Saved entries:
........

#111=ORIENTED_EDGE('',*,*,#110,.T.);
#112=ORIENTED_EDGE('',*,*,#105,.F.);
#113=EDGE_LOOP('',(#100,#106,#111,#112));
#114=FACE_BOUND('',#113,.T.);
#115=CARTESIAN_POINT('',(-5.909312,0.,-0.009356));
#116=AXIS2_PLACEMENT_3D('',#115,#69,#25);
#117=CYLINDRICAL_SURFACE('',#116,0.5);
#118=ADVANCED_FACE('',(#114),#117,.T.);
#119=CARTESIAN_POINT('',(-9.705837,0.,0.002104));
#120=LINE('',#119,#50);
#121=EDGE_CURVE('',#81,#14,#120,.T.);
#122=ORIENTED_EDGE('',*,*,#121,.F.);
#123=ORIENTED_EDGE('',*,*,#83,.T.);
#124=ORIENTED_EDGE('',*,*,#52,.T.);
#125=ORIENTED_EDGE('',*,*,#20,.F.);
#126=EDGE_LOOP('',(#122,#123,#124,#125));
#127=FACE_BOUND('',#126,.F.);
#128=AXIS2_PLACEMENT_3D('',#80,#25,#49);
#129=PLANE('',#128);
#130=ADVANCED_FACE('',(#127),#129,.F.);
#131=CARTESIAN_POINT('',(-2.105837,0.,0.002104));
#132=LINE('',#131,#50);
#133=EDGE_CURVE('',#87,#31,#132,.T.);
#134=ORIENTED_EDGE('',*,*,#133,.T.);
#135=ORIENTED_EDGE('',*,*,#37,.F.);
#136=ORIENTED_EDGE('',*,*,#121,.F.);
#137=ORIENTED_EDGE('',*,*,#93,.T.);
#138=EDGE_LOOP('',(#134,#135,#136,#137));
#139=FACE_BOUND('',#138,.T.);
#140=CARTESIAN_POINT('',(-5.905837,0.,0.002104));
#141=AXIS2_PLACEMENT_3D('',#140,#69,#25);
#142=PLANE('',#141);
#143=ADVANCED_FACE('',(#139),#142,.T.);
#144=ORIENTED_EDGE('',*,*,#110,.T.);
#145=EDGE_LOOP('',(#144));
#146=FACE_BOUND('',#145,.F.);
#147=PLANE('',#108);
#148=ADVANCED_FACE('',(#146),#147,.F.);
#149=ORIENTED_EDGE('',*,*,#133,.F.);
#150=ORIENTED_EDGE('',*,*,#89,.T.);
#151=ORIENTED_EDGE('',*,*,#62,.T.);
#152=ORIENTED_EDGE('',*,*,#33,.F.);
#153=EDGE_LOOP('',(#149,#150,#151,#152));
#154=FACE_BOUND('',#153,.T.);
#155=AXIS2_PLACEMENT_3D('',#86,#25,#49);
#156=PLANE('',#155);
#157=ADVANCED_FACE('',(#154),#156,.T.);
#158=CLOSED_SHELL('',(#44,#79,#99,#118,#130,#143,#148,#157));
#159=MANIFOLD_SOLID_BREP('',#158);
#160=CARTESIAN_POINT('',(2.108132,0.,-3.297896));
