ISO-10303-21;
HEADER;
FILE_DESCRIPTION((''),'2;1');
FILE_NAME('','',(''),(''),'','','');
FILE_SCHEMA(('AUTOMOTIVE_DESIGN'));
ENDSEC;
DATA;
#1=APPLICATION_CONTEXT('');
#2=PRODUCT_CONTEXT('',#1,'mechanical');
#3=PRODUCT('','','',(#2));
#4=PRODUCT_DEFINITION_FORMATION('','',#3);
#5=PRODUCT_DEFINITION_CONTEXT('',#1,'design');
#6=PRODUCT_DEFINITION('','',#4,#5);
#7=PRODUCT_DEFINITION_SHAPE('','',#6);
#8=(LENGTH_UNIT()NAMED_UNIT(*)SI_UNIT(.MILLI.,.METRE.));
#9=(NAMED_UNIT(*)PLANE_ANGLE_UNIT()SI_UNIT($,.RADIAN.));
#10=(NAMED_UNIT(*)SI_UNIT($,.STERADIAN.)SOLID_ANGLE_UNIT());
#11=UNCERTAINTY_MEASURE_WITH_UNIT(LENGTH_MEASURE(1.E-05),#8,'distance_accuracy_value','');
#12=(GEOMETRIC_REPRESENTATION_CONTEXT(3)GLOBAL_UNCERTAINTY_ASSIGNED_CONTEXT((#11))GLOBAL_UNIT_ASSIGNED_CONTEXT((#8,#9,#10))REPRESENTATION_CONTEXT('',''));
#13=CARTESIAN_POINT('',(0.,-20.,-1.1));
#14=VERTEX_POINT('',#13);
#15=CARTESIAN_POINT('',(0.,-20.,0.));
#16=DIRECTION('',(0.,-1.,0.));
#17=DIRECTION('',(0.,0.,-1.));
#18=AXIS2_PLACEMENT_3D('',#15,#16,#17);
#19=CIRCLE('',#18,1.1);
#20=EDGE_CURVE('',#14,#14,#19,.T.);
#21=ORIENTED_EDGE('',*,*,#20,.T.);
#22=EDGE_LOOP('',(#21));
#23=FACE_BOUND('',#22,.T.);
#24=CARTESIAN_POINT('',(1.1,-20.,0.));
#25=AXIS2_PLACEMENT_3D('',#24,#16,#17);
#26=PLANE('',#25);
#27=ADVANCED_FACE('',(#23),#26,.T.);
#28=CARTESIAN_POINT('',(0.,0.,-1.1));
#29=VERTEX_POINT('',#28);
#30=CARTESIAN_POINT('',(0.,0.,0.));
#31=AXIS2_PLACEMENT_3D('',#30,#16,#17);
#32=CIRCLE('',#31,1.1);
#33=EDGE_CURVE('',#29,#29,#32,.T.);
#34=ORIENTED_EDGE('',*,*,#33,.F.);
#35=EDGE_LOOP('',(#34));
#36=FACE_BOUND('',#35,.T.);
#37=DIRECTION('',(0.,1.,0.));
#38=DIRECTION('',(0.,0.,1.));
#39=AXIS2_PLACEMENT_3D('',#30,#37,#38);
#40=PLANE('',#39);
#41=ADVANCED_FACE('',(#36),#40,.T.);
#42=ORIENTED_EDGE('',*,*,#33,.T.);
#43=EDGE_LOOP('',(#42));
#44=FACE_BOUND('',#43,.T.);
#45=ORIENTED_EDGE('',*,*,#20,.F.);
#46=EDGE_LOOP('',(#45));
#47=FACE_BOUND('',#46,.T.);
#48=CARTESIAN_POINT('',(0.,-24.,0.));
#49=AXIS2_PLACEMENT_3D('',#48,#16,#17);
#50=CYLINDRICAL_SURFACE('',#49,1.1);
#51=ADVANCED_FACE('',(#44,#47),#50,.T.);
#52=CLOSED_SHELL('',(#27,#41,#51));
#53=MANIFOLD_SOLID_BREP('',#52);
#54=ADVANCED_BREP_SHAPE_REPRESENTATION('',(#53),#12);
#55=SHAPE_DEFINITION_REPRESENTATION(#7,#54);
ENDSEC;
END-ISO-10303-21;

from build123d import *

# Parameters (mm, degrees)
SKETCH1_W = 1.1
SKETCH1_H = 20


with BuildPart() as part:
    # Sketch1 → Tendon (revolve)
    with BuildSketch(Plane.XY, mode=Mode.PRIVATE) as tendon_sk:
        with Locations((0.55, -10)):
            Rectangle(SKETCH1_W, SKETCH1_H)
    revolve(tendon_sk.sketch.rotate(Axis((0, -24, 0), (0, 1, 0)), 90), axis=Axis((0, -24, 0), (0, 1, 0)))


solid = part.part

........

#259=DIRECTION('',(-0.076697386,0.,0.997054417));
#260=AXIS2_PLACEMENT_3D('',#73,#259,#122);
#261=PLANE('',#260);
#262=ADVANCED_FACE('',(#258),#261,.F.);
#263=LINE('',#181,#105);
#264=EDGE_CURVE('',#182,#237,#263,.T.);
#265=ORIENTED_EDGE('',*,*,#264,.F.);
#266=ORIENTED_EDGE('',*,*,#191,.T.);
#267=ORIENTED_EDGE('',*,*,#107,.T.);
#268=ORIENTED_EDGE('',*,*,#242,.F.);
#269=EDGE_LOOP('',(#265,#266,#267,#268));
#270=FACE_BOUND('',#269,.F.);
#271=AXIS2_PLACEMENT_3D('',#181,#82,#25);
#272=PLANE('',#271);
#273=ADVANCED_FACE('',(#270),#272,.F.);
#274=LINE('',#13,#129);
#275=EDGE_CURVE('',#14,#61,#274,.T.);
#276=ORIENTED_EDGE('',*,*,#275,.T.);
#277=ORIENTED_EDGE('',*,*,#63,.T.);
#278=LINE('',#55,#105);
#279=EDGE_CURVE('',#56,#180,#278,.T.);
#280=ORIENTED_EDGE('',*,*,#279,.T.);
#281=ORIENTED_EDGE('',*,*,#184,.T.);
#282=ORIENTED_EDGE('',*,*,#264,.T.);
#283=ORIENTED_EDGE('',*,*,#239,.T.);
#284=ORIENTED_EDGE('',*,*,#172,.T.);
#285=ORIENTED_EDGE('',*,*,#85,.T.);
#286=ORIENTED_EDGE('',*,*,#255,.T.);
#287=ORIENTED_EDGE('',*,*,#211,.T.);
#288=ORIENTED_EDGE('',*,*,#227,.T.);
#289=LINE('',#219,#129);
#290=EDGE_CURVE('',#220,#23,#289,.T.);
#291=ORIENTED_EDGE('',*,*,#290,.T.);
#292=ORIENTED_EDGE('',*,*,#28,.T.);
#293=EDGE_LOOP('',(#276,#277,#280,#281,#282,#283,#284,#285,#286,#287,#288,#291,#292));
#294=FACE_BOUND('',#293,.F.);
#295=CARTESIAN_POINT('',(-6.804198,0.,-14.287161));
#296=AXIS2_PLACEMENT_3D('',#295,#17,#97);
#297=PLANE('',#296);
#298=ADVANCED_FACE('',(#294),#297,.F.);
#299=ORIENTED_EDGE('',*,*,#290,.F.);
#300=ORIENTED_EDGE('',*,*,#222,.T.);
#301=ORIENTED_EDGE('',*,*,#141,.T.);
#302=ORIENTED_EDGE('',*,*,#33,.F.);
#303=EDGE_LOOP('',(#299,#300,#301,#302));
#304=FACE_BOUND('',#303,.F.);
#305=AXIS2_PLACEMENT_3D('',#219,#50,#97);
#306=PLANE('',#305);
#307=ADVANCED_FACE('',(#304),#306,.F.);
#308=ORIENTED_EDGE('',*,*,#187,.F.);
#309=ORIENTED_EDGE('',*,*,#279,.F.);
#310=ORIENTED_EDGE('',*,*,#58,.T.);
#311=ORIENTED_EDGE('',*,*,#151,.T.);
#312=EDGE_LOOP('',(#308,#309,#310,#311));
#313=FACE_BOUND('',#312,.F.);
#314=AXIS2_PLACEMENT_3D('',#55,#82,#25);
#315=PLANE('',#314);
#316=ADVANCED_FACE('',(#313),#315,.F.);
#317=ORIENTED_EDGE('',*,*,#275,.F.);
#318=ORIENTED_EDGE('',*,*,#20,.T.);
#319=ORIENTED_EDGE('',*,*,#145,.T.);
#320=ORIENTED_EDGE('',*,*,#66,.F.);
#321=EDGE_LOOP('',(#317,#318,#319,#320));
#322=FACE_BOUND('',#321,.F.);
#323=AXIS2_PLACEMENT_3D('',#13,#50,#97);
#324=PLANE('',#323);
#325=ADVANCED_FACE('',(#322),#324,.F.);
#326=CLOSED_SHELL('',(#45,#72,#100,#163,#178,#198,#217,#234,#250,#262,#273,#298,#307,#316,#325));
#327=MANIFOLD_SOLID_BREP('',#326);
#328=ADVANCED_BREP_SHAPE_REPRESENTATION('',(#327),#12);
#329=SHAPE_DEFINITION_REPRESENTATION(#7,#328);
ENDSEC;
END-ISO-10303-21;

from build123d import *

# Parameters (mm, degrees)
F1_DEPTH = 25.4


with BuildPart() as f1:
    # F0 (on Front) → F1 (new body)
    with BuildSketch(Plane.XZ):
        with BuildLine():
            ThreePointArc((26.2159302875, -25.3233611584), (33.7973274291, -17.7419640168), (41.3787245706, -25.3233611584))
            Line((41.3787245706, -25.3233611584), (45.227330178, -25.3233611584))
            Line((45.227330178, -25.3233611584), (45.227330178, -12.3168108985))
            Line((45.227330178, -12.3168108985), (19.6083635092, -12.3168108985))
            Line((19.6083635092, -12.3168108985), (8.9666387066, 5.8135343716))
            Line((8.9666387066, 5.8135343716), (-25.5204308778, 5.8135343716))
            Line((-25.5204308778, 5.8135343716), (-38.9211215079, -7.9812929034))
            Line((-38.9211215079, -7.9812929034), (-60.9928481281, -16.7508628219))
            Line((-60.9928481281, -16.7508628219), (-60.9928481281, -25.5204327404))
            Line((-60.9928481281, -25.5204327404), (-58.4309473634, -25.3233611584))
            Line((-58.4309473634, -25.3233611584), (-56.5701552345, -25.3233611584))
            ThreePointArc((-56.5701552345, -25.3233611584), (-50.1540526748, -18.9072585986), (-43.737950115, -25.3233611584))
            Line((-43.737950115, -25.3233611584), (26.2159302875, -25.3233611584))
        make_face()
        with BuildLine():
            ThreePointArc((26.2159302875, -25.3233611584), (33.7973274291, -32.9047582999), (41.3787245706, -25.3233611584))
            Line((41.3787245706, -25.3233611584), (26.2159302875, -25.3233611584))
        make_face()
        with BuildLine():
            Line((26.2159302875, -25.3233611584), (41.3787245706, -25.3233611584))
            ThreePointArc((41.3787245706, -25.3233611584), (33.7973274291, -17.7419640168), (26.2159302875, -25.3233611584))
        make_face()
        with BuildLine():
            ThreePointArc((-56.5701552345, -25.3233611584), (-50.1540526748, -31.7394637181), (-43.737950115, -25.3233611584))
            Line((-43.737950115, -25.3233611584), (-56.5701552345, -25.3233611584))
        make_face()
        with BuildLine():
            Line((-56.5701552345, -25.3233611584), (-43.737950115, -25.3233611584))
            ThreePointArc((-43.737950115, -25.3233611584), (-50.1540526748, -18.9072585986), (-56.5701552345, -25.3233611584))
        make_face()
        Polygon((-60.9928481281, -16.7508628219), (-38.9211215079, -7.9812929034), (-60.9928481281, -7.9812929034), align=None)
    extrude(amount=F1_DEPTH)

........

What to do:
I'd like the lines above from the one with "#285=ORIENTED_EDGE('',*,*,#85,.T.);" up to and including the one with "#327=MANIFOLD_SOLID_BREP('',#326);" copied exactly, with no other lines.

Solved exercise:
#285=ORIENTED_EDGE('',*,*,#85,.T.);
#286=ORIENTED_EDGE('',*,*,#255,.T.);
#287=ORIENTED_EDGE('',*,*,#211,.T.);
#288=ORIENTED_EDGE('',*,*,#227,.T.);
#289=LINE('',#219,#129);
#290=EDGE_CURVE('',#220,#23,#289,.T.);
#291=ORIENTED_EDGE('',*,*,#290,.T.);
#292=ORIENTED_EDGE('',*,*,#28,.T.);
#293=EDGE_LOOP('',(#276,#277,#280,#281,#282,#283,#284,#285,#286,#287,#288,#291,#292));
#294=FACE_BOUND('',#293,.F.);
#295=CARTESIAN_POINT('',(-6.804198,0.,-14.287161));
#296=AXIS2_PLACEMENT_3D('',#295,#17,#97);
#297=PLANE('',#296);
#298=ADVANCED_FACE('',(#294),#297,.F.);
#299=ORIENTED_EDGE('',*,*,#290,.F.);
#300=ORIENTED_EDGE('',*,*,#222,.T.);
#301=ORIENTED_EDGE('',*,*,#141,.T.);
#302=ORIENTED_EDGE('',*,*,#33,.F.);
#303=EDGE_LOOP('',(#299,#300,#301,#302));
#304=FACE_BOUND('',#303,.F.);
#305=AXIS2_PLACEMENT_3D('',#219,#50,#97);
#306=PLANE('',#305);
#307=ADVANCED_FACE('',(#304),#306,.F.);
#308=ORIENTED_EDGE('',*,*,#187,.F.);
#309=ORIENTED_EDGE('',*,*,#279,.F.);
#310=ORIENTED_EDGE('',*,*,#58,.T.);
#311=ORIENTED_EDGE('',*,*,#151,.T.);
#312=EDGE_LOOP('',(#308,#309,#310,#311));
#313=FACE_BOUND('',#312,.F.);
#314=AXIS2_PLACEMENT_3D('',#55,#82,#25);
#315=PLANE('',#314);
#316=ADVANCED_FACE('',(#313),#315,.F.);
#317=ORIENTED_EDGE('',*,*,#275,.F.);
#318=ORIENTED_EDGE('',*,*,#20,.T.);
#319=ORIENTED_EDGE('',*,*,#145,.T.);
#320=ORIENTED_EDGE('',*,*,#66,.F.);
#321=EDGE_LOOP('',(#317,#318,#319,#320));
#322=FACE_BOUND('',#321,.F.);
#323=AXIS2_PLACEMENT_3D('',#13,#50,#97);
#324=PLANE('',#323);
#325=ADVANCED_FACE('',(#322),#324,.F.);
#326=CLOSED_SHELL('',(#45,#72,#100,#163,#178,#198,#217,#234,#250,#262,#273,#298,#307,#316,#325));
#327=MANIFOLD_SOLID_BREP('',#326);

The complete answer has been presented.